An unwrapped interferogram is the displacement of all spatially coinciding pixels of the images during the time interval between the pair of images used to construct this interferogram. Of course, the displacement can be calculated only for those pixels that are represented in both images of the pair. Moreover, the offset is calculated with some error, which is proportional to the measure of interferogram coherence (set in the range from zero to one). Moreover, even 100% coherence does not guarantee 100% accurate displacement measurements – a typical problem is the change in the optical properties of the atmosphere during the time between images, which leads to a change in the time for the radar beam to pass through the atmosphere, and in the calculations we recalculate this as a false surface displacement, since these changes in the atmosphere properties are not known to us.

In general, to construct an SBAS (Small BAseline Subset) diagram, a perpendicular baseline (measured from the perpendicular between the positions of the satellite at the moments of imaging) and a temporal baseline (time interval between imaging) for pairs of images to obtain potentially high-quality interferograms are constrained.

Things are more interesting with the time constraint. Indeed, sometimes we can get reliable results (high coherence) even with an inter-image interval of about a year, but only for individual image pixels. Thus, by increasing the permissible interval between images, we significantly increase the number of obtained interferograms, while the overwhelming part of their constituent pixels will be unsuitable for further processing due to the loss of coherence.

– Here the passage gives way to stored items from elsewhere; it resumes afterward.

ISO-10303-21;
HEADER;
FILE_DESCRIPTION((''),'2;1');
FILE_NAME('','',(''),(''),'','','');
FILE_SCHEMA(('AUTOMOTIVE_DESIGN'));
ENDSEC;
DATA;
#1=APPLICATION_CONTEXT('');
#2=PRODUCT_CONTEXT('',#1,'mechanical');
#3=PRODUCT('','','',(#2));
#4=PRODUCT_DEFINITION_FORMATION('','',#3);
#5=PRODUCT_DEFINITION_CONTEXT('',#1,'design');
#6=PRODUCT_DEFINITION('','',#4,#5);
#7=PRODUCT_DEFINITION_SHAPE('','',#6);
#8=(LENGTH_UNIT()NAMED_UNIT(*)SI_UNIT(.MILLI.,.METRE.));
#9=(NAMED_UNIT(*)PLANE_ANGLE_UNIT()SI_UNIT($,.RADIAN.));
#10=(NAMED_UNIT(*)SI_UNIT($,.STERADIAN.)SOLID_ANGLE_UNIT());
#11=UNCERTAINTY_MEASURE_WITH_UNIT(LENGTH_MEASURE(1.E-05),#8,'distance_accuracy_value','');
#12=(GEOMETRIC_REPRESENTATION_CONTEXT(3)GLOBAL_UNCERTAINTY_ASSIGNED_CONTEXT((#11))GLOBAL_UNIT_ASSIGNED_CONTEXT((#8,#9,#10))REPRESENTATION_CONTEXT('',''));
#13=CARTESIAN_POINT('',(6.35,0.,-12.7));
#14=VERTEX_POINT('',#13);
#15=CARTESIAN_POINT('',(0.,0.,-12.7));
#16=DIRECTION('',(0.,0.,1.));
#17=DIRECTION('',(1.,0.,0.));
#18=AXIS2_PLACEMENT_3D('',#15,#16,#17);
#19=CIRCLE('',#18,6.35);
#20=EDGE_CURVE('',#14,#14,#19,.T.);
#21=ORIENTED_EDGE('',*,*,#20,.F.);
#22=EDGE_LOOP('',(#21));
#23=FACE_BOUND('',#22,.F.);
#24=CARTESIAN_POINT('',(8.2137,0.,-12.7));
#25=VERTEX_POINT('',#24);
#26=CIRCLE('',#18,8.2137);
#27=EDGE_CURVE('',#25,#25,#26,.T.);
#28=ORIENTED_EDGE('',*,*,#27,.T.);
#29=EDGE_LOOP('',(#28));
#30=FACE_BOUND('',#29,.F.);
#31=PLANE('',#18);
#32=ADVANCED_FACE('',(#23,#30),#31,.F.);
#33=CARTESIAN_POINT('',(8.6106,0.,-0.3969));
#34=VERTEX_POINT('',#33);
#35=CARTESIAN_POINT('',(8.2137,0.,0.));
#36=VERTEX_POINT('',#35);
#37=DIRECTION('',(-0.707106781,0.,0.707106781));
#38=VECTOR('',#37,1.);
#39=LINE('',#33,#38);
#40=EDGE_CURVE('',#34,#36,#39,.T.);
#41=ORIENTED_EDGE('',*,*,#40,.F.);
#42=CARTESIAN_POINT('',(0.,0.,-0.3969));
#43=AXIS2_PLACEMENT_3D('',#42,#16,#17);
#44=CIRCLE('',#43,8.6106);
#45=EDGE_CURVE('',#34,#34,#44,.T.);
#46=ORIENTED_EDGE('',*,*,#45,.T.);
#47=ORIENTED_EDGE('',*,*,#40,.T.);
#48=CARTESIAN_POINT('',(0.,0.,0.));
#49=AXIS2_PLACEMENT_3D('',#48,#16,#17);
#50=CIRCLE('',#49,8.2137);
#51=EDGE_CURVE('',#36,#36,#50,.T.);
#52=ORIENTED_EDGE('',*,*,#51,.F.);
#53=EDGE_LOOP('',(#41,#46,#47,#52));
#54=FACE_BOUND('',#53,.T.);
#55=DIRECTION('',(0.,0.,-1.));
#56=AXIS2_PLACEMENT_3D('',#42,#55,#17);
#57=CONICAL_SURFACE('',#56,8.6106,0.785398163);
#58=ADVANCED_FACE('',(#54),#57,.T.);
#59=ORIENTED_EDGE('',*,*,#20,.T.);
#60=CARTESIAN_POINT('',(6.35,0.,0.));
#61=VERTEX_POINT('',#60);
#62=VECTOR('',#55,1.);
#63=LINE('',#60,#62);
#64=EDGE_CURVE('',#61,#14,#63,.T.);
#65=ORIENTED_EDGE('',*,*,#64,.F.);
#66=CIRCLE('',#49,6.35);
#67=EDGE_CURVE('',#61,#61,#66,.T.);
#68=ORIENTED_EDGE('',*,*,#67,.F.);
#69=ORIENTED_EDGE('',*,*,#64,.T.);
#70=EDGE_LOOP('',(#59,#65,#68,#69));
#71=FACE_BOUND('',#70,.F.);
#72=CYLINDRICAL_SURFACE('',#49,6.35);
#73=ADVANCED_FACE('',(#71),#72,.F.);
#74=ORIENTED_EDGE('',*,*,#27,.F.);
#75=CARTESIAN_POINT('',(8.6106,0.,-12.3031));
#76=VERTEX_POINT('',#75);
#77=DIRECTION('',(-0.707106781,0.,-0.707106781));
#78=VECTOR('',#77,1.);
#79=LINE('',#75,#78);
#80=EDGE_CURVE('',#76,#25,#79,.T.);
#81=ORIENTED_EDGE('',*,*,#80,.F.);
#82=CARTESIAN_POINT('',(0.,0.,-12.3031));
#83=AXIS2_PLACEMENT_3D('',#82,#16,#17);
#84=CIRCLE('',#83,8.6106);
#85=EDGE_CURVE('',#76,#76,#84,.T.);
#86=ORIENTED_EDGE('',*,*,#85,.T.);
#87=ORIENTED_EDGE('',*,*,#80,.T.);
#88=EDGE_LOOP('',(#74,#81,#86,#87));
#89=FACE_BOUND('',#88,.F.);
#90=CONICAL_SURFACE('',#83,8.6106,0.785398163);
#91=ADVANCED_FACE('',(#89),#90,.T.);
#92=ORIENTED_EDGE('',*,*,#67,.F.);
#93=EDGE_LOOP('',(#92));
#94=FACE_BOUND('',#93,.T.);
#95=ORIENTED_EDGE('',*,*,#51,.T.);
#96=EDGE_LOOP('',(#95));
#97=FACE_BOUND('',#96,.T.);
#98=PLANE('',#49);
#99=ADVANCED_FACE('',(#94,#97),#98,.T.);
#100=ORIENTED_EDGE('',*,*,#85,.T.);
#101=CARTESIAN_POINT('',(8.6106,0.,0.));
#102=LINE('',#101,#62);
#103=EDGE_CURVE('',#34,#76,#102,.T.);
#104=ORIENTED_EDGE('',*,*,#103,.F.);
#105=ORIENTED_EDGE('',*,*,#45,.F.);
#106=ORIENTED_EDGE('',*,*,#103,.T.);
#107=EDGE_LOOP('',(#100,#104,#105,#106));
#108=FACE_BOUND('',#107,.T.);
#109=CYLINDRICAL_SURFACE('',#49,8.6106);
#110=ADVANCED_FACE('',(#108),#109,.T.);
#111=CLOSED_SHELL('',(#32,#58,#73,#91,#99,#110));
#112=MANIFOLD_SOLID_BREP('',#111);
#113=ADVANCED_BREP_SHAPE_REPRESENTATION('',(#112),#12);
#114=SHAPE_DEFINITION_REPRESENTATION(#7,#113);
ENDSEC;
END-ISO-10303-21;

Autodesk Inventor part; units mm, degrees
ref_plane "YZ Plane" through (0, 0, 0) normal (1, 0, 0) x (0, 1, 0)
ref_plane "XZ Plane" through (0, 0, 0) normal (0, 1, 0) x (-1, 0, 0)
ref_plane "XY Plane" through (0, 0, 0) normal (0, 0, 1) x (1, 0, 0)
sketch "Sketch1" plane through (0, 0, 0) normal (0, 0, 1) x (1, 0, 0)
  circle A0 centre (0, 0) radius 6.35
  circle A1 centre (0, 0) radius 8.6106
  dimension "d0" = 12.7
  dimension "d1" = 17.2212
extrude "Extrusion1" add sketch "Sketch1" against normal blind 12.7
chamfer "Chamfer1" distance 0.3969 angle 45 2 edges at (-8.6106, 0, 0) (-8.6106, 0, -12.7)
properties part number "axle spacer"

But in this way, we have an opportunity to analyze atmospheric changes over a long time interval and to make appropriate corrections for all the calculated displacements. Since atmospheric changes are rather smooth relative to the spatial detail of the analysis (scale of the order of tens of kilometers), the obtained corrections are suitable for a large territory around each pixel with temporal coherence in months. At the same time, it is usually sufficient to limit the time interval between images to 50 days or so in order to determine exactly the surface displacements. In a notebook on GitHub, I showed examples of calculating errors caused by atmospheric effects, and how simply excluding the corresponding images can greatly improve the results: S1A_Stack_CPGF_T173_TODO.ipynb I note that the calculations here are done for whole interferograms, so this notebook can also be run on Google Colab resources, while the pixel-by-pixel calculations are too resource intensive.

Now consider building a system of equations for all obtained interferograms. Choosing as a unit of time the interval between two consecutive images (12 days), for each pixel of the study area we can write a series of equations showing the shift over a series of time intervals with a given confidence (determined by coherence). Thus, the coherence determines the weighting factor of each equation in the system, namely the whole equation. This will become clearer if we consider the boundary case at zero fidelity (weight coefficient), when the equation is insoluble at all and must be eliminated. At maximum credibility, the equation should be considered with maximum weight in solving the system of equations. To solve a system of equations using the least squares method (LSM), the square roots of the resulting weights must be used to normalize the system of equations (due to the fact that the weight of each equation determines its importance in the solution, and the solution method itself operates on quadratic values).